[Data entries]
-- Opening Marker --

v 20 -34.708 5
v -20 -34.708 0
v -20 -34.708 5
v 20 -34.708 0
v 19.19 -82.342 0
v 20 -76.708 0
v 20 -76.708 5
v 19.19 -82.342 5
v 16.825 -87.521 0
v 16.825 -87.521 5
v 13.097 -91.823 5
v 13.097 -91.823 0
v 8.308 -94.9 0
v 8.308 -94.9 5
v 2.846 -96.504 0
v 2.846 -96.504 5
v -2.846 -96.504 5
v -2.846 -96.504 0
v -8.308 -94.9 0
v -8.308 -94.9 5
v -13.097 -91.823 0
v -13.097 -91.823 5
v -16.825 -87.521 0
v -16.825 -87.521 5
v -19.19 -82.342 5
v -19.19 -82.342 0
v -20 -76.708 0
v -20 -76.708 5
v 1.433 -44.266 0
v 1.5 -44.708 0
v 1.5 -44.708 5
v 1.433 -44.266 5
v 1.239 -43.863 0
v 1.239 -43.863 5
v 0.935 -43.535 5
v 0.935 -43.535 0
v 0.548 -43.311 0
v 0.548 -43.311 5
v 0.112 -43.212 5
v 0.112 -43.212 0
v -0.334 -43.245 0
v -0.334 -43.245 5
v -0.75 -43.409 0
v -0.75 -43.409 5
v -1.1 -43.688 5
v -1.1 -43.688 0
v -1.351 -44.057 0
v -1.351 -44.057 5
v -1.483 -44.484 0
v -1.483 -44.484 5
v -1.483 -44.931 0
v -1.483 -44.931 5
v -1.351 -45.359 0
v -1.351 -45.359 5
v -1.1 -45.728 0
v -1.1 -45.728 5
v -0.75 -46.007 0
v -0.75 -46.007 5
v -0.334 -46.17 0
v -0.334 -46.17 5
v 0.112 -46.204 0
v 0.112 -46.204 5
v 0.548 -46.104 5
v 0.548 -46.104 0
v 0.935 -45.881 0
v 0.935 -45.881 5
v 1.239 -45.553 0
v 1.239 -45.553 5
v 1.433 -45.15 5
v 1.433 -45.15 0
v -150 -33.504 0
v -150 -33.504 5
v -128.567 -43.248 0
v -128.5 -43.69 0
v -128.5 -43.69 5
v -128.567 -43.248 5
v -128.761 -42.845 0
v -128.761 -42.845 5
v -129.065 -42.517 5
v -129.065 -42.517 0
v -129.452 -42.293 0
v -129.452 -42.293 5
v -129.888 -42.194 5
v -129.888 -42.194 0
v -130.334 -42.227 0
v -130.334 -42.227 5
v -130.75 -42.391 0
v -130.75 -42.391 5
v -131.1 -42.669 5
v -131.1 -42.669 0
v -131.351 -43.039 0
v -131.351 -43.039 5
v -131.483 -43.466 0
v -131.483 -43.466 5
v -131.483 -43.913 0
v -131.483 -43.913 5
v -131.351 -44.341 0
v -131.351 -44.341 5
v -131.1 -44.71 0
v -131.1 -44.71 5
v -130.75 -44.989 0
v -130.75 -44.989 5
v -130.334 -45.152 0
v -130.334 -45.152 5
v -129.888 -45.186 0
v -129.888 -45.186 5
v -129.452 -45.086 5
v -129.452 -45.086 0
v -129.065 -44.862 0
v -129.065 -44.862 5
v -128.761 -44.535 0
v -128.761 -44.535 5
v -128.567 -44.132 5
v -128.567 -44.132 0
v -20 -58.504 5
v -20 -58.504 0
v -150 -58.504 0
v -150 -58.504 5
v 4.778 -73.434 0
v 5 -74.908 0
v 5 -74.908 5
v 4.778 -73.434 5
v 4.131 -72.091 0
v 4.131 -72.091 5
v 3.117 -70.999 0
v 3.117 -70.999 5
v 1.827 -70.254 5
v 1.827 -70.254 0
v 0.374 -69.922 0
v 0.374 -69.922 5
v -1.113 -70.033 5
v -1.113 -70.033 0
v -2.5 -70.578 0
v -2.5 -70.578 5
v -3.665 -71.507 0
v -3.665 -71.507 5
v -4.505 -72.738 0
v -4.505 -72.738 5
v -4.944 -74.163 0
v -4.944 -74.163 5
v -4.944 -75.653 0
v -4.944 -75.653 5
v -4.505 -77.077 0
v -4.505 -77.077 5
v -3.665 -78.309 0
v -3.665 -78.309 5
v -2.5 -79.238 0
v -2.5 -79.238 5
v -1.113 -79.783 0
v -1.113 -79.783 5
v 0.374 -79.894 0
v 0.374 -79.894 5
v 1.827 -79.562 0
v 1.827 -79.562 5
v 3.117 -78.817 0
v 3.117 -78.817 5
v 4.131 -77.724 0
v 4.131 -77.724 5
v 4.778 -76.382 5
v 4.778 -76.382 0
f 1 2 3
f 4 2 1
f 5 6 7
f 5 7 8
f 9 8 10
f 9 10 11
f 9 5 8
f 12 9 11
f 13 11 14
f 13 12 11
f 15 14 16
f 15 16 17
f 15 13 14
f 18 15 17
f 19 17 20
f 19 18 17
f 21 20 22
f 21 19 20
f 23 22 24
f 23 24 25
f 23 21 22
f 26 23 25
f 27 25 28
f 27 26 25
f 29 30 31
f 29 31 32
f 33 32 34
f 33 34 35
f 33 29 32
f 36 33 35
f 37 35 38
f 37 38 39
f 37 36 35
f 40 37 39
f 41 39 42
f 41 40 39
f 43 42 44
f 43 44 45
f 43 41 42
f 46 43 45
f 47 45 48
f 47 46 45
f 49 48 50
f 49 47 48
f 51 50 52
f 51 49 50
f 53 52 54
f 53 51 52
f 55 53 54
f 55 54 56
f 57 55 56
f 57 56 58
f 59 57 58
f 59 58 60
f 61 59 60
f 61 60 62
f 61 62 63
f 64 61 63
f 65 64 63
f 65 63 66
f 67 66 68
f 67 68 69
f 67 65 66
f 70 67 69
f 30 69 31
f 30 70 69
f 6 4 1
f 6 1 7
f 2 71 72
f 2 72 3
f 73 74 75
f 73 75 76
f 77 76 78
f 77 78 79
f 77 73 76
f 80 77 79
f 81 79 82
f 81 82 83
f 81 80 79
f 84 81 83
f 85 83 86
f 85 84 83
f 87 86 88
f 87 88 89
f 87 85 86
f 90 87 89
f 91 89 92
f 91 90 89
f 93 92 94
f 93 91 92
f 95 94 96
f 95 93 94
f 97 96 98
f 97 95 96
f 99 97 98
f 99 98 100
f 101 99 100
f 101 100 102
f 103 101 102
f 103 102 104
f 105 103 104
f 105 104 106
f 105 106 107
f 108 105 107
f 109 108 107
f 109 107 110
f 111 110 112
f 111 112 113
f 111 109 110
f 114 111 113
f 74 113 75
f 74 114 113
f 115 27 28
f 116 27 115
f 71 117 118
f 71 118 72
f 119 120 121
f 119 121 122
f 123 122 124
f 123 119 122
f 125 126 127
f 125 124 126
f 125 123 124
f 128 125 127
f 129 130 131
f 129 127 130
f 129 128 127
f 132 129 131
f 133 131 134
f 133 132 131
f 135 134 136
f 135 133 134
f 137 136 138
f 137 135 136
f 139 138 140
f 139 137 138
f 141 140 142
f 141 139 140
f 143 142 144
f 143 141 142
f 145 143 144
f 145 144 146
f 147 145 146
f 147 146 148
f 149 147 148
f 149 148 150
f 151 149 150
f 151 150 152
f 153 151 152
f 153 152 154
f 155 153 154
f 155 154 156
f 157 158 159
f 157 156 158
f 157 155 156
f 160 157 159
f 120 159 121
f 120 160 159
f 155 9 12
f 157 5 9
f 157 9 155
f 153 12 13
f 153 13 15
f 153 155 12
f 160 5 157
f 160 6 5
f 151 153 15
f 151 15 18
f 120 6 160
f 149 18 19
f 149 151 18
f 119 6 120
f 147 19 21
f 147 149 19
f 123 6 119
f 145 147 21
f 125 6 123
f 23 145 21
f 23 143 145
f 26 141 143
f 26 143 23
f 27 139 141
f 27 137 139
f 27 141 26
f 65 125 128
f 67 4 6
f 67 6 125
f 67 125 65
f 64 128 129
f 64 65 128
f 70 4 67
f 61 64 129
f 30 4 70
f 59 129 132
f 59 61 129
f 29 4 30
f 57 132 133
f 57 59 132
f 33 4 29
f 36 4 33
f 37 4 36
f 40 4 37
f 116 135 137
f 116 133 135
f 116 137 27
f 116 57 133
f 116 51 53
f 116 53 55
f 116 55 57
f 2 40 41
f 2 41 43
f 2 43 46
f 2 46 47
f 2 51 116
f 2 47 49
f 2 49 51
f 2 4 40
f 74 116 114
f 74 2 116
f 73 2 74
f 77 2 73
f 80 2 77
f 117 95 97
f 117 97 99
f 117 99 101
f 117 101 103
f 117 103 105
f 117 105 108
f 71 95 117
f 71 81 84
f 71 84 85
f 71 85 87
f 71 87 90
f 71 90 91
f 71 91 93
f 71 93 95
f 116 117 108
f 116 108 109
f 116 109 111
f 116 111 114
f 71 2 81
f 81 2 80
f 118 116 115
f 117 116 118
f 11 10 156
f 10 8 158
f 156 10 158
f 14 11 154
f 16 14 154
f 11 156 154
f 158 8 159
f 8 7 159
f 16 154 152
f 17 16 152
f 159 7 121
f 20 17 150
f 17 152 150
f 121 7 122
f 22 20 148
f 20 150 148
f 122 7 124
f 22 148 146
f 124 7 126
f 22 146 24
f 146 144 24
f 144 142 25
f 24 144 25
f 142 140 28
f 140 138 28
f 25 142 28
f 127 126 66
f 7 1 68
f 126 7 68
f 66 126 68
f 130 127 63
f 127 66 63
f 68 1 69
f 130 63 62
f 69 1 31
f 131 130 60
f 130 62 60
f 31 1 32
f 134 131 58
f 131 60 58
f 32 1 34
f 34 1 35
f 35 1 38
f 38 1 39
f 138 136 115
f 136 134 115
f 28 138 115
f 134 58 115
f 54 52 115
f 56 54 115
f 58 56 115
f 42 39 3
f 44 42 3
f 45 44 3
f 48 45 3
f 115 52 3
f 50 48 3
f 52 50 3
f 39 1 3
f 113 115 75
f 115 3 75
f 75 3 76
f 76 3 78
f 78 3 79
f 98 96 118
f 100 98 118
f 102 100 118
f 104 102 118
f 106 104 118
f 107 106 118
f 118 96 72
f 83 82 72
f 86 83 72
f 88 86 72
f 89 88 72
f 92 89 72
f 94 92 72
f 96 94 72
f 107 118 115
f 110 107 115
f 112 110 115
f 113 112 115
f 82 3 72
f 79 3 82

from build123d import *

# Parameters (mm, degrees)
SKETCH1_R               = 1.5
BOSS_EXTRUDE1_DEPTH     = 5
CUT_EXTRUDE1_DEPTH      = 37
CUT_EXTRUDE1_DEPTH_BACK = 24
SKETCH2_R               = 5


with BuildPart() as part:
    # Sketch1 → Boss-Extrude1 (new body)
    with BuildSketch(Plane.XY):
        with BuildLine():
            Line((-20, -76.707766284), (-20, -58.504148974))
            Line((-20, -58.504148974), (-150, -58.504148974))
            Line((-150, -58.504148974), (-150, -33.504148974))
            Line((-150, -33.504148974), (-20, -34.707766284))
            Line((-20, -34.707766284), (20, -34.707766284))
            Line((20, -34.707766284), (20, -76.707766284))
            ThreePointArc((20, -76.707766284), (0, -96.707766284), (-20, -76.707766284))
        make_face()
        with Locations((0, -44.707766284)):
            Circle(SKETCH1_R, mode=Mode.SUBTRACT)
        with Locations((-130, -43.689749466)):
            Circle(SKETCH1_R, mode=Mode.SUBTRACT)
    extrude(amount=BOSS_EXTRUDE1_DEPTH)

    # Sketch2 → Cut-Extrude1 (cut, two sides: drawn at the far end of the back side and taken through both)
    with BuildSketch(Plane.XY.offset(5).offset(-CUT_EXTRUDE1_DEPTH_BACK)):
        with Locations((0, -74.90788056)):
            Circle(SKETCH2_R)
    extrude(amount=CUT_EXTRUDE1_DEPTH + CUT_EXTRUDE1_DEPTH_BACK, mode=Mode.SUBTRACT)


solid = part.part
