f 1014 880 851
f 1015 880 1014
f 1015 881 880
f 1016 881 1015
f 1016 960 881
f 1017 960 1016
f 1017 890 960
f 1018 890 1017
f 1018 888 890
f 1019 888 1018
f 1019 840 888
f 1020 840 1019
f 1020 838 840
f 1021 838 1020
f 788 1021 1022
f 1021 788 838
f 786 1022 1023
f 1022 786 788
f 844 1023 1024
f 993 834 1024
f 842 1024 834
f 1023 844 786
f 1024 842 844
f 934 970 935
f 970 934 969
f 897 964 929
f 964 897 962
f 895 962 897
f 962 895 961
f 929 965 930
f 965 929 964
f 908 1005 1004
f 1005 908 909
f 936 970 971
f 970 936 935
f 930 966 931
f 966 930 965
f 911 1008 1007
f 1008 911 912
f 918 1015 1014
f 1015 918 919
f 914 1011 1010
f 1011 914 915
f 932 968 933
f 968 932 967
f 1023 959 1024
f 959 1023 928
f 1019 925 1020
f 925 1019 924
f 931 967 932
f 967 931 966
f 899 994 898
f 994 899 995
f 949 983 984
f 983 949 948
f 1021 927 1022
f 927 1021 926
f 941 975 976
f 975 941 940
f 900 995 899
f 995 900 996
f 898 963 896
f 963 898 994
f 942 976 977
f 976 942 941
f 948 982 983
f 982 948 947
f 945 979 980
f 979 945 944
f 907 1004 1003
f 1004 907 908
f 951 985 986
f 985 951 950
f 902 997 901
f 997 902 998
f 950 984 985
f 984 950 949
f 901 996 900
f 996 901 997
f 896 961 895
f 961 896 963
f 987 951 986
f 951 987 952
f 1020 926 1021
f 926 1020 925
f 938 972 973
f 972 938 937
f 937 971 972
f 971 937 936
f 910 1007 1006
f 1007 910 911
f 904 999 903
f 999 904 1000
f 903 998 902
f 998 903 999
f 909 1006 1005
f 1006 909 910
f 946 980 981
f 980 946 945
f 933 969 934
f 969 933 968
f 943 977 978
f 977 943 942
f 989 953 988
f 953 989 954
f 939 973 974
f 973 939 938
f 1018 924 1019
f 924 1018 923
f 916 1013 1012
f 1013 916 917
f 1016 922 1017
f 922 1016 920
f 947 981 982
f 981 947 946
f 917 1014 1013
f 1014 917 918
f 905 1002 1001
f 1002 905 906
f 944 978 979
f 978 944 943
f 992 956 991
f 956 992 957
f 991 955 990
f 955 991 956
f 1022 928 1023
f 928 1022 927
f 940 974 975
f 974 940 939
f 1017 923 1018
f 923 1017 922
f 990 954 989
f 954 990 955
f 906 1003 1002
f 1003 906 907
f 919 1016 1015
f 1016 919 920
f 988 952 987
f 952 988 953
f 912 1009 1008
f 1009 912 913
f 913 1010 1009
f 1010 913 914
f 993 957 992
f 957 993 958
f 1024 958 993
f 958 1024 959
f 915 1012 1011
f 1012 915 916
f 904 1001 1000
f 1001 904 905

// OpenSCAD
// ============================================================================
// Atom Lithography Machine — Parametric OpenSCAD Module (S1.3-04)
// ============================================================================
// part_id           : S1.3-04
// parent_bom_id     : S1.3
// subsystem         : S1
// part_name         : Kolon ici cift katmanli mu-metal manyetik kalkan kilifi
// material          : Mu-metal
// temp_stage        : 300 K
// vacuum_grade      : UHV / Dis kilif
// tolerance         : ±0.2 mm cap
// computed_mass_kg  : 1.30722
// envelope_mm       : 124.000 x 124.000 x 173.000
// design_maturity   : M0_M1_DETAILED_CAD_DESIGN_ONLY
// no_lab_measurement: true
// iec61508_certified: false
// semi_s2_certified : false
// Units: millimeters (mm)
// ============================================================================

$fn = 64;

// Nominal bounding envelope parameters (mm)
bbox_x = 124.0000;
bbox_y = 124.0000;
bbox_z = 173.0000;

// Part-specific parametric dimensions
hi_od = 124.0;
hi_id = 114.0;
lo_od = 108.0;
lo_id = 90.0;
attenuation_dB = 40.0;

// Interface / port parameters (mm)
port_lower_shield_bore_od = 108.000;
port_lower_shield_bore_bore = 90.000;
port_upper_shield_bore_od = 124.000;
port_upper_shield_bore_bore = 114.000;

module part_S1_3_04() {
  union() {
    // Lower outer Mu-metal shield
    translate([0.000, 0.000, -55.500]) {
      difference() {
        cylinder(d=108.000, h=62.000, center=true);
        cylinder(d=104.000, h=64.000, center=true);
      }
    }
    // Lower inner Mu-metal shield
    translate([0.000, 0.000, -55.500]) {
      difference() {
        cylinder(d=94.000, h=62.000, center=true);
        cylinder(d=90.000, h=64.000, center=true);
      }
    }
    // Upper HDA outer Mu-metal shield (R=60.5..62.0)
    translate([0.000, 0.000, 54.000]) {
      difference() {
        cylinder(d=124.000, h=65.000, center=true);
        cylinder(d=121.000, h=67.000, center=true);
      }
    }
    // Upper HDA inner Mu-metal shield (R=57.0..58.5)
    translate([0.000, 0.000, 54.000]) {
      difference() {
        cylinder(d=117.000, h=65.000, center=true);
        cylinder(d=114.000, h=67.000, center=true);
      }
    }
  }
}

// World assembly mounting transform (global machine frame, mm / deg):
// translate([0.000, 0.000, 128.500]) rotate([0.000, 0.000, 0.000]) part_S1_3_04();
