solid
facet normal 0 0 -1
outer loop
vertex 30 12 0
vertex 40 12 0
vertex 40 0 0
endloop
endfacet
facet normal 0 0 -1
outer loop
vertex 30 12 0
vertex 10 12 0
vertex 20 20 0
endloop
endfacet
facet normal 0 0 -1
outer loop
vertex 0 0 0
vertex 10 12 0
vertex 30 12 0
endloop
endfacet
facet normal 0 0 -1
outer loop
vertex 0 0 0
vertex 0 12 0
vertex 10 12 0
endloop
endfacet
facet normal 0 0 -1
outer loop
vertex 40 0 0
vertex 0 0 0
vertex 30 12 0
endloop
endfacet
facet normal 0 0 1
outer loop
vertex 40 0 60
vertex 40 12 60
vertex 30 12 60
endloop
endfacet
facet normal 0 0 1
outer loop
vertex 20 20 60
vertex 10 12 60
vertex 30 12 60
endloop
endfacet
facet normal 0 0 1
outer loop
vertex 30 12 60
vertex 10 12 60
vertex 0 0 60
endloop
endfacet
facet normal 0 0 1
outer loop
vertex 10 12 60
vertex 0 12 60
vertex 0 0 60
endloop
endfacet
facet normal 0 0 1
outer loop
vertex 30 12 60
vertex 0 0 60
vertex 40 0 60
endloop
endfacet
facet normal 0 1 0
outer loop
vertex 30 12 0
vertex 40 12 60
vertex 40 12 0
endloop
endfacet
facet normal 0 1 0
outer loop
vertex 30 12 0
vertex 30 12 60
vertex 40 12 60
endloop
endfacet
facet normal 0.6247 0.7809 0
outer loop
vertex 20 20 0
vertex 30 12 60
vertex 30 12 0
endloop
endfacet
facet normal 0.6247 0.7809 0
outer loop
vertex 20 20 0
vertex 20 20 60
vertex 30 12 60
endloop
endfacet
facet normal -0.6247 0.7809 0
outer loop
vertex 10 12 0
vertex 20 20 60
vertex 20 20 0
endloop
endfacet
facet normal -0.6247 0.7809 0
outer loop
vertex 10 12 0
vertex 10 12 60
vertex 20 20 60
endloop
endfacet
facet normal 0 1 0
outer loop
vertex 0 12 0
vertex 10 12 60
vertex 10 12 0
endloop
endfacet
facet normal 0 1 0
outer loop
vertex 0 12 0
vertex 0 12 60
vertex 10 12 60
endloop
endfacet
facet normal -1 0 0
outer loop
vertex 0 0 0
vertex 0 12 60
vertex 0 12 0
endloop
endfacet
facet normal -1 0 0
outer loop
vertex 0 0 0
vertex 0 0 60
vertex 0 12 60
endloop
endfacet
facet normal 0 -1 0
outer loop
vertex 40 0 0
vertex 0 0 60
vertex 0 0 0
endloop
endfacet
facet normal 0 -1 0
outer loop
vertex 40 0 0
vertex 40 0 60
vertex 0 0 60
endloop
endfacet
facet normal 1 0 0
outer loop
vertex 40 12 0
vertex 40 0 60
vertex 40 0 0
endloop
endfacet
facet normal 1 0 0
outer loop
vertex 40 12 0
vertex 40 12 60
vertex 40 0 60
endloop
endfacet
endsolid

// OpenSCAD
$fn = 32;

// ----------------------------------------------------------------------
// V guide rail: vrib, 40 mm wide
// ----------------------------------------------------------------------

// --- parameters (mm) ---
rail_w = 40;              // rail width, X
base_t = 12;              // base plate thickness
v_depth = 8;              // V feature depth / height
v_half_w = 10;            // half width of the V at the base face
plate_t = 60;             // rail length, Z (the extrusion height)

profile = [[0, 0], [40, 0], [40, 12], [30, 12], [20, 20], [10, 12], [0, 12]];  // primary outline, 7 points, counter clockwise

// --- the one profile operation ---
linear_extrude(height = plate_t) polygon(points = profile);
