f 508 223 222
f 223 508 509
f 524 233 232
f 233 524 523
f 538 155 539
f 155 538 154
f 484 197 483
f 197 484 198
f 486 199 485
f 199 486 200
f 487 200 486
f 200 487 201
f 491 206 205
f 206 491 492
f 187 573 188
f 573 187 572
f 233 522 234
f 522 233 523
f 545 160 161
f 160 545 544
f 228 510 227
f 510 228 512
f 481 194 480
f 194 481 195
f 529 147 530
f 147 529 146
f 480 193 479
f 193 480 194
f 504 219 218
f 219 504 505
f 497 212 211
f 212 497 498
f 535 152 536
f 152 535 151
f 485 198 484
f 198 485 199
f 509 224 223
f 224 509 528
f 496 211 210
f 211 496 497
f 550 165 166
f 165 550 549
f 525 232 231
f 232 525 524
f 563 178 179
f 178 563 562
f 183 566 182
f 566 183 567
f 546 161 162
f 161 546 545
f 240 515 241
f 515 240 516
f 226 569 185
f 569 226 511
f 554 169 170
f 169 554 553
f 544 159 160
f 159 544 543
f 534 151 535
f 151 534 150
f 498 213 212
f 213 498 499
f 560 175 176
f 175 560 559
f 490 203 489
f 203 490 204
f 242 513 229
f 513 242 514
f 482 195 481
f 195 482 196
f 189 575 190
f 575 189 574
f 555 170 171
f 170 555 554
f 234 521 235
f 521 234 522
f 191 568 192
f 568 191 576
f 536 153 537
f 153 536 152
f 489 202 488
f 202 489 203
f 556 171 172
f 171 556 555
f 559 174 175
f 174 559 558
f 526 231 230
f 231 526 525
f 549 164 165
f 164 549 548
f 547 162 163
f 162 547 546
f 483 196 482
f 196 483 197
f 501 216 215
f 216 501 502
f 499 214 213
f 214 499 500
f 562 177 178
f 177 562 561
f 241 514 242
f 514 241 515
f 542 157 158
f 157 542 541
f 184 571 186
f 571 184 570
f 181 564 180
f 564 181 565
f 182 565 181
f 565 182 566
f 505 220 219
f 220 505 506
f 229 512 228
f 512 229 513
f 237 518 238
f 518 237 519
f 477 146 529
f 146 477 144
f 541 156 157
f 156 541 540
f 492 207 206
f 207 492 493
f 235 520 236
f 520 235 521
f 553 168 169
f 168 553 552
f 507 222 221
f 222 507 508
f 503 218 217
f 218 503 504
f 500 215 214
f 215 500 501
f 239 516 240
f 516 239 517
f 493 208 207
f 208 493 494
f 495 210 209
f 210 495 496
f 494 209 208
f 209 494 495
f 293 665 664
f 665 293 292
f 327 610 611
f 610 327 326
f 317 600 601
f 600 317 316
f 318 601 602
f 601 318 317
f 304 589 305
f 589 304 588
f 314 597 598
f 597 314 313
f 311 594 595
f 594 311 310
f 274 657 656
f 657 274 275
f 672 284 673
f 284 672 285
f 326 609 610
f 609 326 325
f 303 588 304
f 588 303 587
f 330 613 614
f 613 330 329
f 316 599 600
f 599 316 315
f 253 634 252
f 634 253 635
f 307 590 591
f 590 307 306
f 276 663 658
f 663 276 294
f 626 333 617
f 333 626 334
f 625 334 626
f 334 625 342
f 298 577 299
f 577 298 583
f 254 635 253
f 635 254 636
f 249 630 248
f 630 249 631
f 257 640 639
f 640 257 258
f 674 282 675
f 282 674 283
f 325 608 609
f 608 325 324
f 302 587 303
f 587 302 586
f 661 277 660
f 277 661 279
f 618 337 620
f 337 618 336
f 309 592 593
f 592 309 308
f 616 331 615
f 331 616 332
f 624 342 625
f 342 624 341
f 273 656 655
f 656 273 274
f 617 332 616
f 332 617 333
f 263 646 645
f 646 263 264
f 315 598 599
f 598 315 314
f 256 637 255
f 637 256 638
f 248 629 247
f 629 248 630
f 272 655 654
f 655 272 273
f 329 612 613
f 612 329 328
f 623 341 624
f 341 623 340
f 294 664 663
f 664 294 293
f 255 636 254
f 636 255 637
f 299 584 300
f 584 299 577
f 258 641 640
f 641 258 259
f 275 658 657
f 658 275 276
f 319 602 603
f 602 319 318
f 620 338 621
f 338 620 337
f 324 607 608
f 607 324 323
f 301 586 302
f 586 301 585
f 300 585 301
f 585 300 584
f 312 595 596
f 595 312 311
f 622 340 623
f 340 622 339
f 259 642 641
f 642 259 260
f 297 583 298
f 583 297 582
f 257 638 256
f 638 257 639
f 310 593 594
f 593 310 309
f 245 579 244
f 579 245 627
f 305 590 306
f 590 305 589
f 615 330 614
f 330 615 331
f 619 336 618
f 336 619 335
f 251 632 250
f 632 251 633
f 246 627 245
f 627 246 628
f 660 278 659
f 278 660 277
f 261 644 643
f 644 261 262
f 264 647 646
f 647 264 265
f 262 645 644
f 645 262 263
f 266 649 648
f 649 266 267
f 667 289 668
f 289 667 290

-- Closing Marker --

Problem statement. Restate the data verbatim through the "v 2.846 -96.504 5" line.

Output for this task.
v 20 -34.708 5
v -20 -34.708 0
v -20 -34.708 5
v 20 -34.708 0
v 19.19 -82.342 0
v 20 -76.708 0
v 20 -76.708 5
v 19.19 -82.342 5
v 16.825 -87.521 0
v 16.825 -87.521 5
v 13.097 -91.823 5
v 13.097 -91.823 0
v 8.308 -94.9 0
v 8.308 -94.9 5
v 2.846 -96.504 0
v 2.846 -96.504 5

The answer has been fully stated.